PROBLEM DETAILS: Find the line with "FILE_DESCRIPTION((''),'2;1');" in the records below. Copy it and every line after it, up to and including the line with "#40=CIRCLE('',#39,3.6);".

RECORDS PROVIDED:
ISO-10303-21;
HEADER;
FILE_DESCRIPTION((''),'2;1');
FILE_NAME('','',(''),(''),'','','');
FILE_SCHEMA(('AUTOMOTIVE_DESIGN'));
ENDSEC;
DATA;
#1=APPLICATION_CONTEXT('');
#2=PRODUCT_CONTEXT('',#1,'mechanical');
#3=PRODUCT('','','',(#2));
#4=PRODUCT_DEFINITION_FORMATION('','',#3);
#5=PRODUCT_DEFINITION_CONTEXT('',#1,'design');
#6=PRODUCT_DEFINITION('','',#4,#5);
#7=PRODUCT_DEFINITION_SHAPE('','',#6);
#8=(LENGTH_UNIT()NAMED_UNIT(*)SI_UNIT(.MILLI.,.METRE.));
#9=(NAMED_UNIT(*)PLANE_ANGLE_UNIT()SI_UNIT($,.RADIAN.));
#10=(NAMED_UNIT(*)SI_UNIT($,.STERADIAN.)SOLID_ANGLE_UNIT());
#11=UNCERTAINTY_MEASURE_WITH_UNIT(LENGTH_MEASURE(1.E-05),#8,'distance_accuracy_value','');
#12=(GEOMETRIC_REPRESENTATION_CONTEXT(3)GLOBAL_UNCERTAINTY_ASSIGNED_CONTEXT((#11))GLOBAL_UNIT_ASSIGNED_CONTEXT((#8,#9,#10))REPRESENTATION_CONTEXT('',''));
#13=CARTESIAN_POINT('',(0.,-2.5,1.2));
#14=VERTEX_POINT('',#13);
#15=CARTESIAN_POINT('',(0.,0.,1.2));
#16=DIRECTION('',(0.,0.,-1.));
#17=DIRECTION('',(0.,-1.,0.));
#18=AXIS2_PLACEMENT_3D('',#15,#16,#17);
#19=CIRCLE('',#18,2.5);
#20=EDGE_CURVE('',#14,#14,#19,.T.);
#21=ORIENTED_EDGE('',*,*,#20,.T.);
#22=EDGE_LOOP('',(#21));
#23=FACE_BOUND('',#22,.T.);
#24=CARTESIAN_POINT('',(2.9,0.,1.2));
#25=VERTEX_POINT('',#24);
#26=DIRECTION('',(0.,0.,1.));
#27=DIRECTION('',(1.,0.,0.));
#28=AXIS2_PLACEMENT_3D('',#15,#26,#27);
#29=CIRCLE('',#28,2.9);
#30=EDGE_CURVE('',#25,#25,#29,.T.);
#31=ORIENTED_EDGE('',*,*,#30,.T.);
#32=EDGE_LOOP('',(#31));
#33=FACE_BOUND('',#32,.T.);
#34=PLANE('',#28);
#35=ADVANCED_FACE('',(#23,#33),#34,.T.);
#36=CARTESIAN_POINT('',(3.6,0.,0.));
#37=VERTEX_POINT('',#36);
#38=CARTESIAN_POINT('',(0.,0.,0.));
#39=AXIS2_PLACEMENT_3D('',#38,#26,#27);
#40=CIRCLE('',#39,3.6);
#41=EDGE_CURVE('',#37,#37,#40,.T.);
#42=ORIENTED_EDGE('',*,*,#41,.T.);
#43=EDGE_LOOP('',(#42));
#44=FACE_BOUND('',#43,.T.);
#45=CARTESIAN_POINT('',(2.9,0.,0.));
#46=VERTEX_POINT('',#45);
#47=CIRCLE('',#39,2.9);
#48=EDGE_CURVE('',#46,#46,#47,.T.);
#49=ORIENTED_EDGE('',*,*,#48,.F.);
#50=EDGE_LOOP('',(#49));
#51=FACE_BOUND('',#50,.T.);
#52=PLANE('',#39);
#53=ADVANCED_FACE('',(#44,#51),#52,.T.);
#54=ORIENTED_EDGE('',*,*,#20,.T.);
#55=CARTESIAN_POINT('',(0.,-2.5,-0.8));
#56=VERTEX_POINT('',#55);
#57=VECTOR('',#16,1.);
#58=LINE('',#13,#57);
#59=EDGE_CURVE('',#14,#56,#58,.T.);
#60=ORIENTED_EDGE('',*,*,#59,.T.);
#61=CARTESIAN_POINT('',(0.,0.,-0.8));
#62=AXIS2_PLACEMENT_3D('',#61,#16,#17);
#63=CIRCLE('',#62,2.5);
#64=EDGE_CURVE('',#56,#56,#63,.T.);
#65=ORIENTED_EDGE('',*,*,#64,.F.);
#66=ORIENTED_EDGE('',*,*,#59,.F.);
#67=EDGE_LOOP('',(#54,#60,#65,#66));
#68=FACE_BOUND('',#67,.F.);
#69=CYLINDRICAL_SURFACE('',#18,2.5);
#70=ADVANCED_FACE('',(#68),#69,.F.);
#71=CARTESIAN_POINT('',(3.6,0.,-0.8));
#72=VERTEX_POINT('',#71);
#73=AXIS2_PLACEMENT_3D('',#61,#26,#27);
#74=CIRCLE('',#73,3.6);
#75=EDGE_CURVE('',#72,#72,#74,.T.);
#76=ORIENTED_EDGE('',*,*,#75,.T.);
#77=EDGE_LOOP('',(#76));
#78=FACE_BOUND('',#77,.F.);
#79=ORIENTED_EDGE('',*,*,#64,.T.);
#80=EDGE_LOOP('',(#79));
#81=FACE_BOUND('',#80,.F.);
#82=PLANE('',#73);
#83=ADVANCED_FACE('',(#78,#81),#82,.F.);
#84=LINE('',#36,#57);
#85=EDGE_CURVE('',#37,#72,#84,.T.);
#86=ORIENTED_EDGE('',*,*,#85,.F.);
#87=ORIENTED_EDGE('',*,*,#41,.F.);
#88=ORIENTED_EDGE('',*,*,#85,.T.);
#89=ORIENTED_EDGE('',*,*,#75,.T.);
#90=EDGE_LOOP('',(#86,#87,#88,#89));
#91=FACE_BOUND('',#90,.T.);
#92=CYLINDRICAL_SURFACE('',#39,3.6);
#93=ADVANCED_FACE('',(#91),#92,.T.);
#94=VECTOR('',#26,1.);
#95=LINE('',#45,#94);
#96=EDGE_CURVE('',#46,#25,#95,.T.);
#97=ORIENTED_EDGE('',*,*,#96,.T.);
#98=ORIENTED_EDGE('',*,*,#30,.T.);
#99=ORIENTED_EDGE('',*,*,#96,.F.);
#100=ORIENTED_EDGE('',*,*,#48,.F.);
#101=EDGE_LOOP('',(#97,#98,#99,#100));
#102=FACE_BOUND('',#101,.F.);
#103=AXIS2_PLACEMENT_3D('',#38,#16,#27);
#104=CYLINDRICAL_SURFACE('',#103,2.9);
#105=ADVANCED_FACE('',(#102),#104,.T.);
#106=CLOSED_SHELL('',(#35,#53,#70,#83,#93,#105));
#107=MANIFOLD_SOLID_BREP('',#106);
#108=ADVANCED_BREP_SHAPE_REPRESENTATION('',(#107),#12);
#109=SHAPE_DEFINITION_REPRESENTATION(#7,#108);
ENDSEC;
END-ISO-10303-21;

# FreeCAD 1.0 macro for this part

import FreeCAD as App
import Part
import Sketcher

doc = App.newDocument("Part")
params = doc.addObject("Spreadsheet::Sheet", "Params")
for row, (alias, value) in enumerate([
    ("sketch1_diameter", "5.8 mm"),
    ("pad1_length", "1.2 mm"),
    ("sketch2_diameter", "7.2 mm"),
    ("pad2_length", "0.8 mm"),
    ("sketch3_diameter", "5 mm"),
    ("hole_diameter", "5 mm"),
], start=1):
    params.set(f"A{row}", alias)
    params.set(f"B{row}", "=" + value)
    params.setAlias(f"B{row}", alias)

body = doc.addObject("PartDesign::Body", "Body")

# Sketch on XY plane
sketch1 = body.newObject("Sketcher::SketchObject", "Sketch")
sketch1.AttachmentSupport = (doc.getObject("XY_Plane"), [""])
sketch1.MapMode = "FlatFace"
sketch1.addGeometry(Part.Circle(App.Vector(0, 0, 0), App.Vector(0, 0, 1), 2.9), False)
sketch1.addConstraint([
    Sketcher.Constraint("Coincident", 0, 3, -1, 1),
    Sketcher.Constraint("Diameter", 0, 5.8),
])
sketch1.setExpression("Constraints[1]", "Params.sketch1_diameter")
pad1 = body.newObject("PartDesign::Pad", "Pad")
pad1.Profile = sketch1
pad1.setExpression("Length", "Params.pad1_length")

# Sketch on XY plane
sketch2 = body.newObject("Sketcher::SketchObject", "Sketch001")
sketch2.AttachmentSupport = (doc.getObject("XY_Plane"), [""])
sketch2.MapMode = "FlatFace"
sketch2.addGeometry(Part.Circle(App.Vector(0, 0, 0), App.Vector(0, 0, 1), 3.6), False)
sketch2.addConstraint([
    Sketcher.Constraint("Coincident", 0, 3, -1, 1),
    Sketcher.Constraint("Diameter", 0, 7.2),
])
sketch2.setExpression("Constraints[1]", "Params.sketch2_diameter")
pad2 = body.newObject("PartDesign::Pad", "Pad001")
pad2.Profile = sketch2
pad2.setExpression("Length", "Params.pad2_length")
pad2.Reversed = True

# Sketch on XY plane
sketch3 = body.newObject("Sketcher::SketchObject", "Sketch002")
sketch3.AttachmentSupport = (doc.getObject("XY_Plane"), [""])
sketch3.MapMode = "FlatFace"
sketch3.AttachmentOffset = App.Placement(App.Vector(0, 0, 1.2), App.Rotation())
sketch3.addGeometry(Part.Circle(App.Vector(0, 0, 0), App.Vector(0, 0, 1), 2.5), False)
sketch3.addConstraint([
    Sketcher.Constraint("Coincident", 0, 3, -1, 1),
    Sketcher.Constraint("Diameter", 0, 5.0),
])
sketch3.setExpression("Constraints[1]", "Params.sketch3_diameter")
doc.recompute()
hole = body.newObject("PartDesign::Hole", "Hole")
hole.Profile = sketch3
hole.ThreadType = "None"
hole.setExpression("Diameter", "Params.hole_diameter")
hole.DepthType = "ThroughAll"

doc.recompute()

RESULT FOR THIS EXERCISE:
FILE_DESCRIPTION((''),'2;1');
FILE_NAME('','',(''),(''),'','','');
FILE_SCHEMA(('AUTOMOTIVE_DESIGN'));
ENDSEC;
DATA;
#1=APPLICATION_CONTEXT('');
#2=PRODUCT_CONTEXT('',#1,'mechanical');
#3=PRODUCT('','','',(#2));
#4=PRODUCT_DEFINITION_FORMATION('','',#3);
#5=PRODUCT_DEFINITION_CONTEXT('',#1,'design');
#6=PRODUCT_DEFINITION('','',#4,#5);
#7=PRODUCT_DEFINITION_SHAPE('','',#6);
#8=(LENGTH_UNIT()NAMED_UNIT(*)SI_UNIT(.MILLI.,.METRE.));
#9=(NAMED_UNIT(*)PLANE_ANGLE_UNIT()SI_UNIT($,.RADIAN.));
#10=(NAMED_UNIT(*)SI_UNIT($,.STERADIAN.)SOLID_ANGLE_UNIT());
#11=UNCERTAINTY_MEASURE_WITH_UNIT(LENGTH_MEASURE(1.E-05),#8,'distance_accuracy_value','');
#12=(GEOMETRIC_REPRESENTATION_CONTEXT(3)GLOBAL_UNCERTAINTY_ASSIGNED_CONTEXT((#11))GLOBAL_UNIT_ASSIGNED_CONTEXT((#8,#9,#10))REPRESENTATION_CONTEXT('',''));
#13=CARTESIAN_POINT('',(0.,-2.5,1.2));
#14=VERTEX_POINT('',#13);
#15=CARTESIAN_POINT('',(0.,0.,1.2));
#16=DIRECTION('',(0.,0.,-1.));
#17=DIRECTION('',(0.,-1.,0.));
#18=AXIS2_PLACEMENT_3D('',#15,#16,#17);
#19=CIRCLE('',#18,2.5);
#20=EDGE_CURVE('',#14,#14,#19,.T.);
#21=ORIENTED_EDGE('',*,*,#20,.T.);
#22=EDGE_LOOP('',(#21));
#23=FACE_BOUND('',#22,.T.);
#24=CARTESIAN_POINT('',(2.9,0.,1.2));
#25=VERTEX_POINT('',#24);
#26=DIRECTION('',(0.,0.,1.));
#27=DIRECTION('',(1.,0.,0.));
#28=AXIS2_PLACEMENT_3D('',#15,#26,#27);
#29=CIRCLE('',#28,2.9);
#30=EDGE_CURVE('',#25,#25,#29,.T.);
#31=ORIENTED_EDGE('',*,*,#30,.T.);
#32=EDGE_LOOP('',(#31));
#33=FACE_BOUND('',#32,.T.);
#34=PLANE('',#28);
#35=ADVANCED_FACE('',(#23,#33),#34,.T.);
#36=CARTESIAN_POINT('',(3.6,0.,0.));
#37=VERTEX_POINT('',#36);
#38=CARTESIAN_POINT('',(0.,0.,0.));
#39=AXIS2_PLACEMENT_3D('',#38,#26,#27);
#40=CIRCLE('',#39,3.6);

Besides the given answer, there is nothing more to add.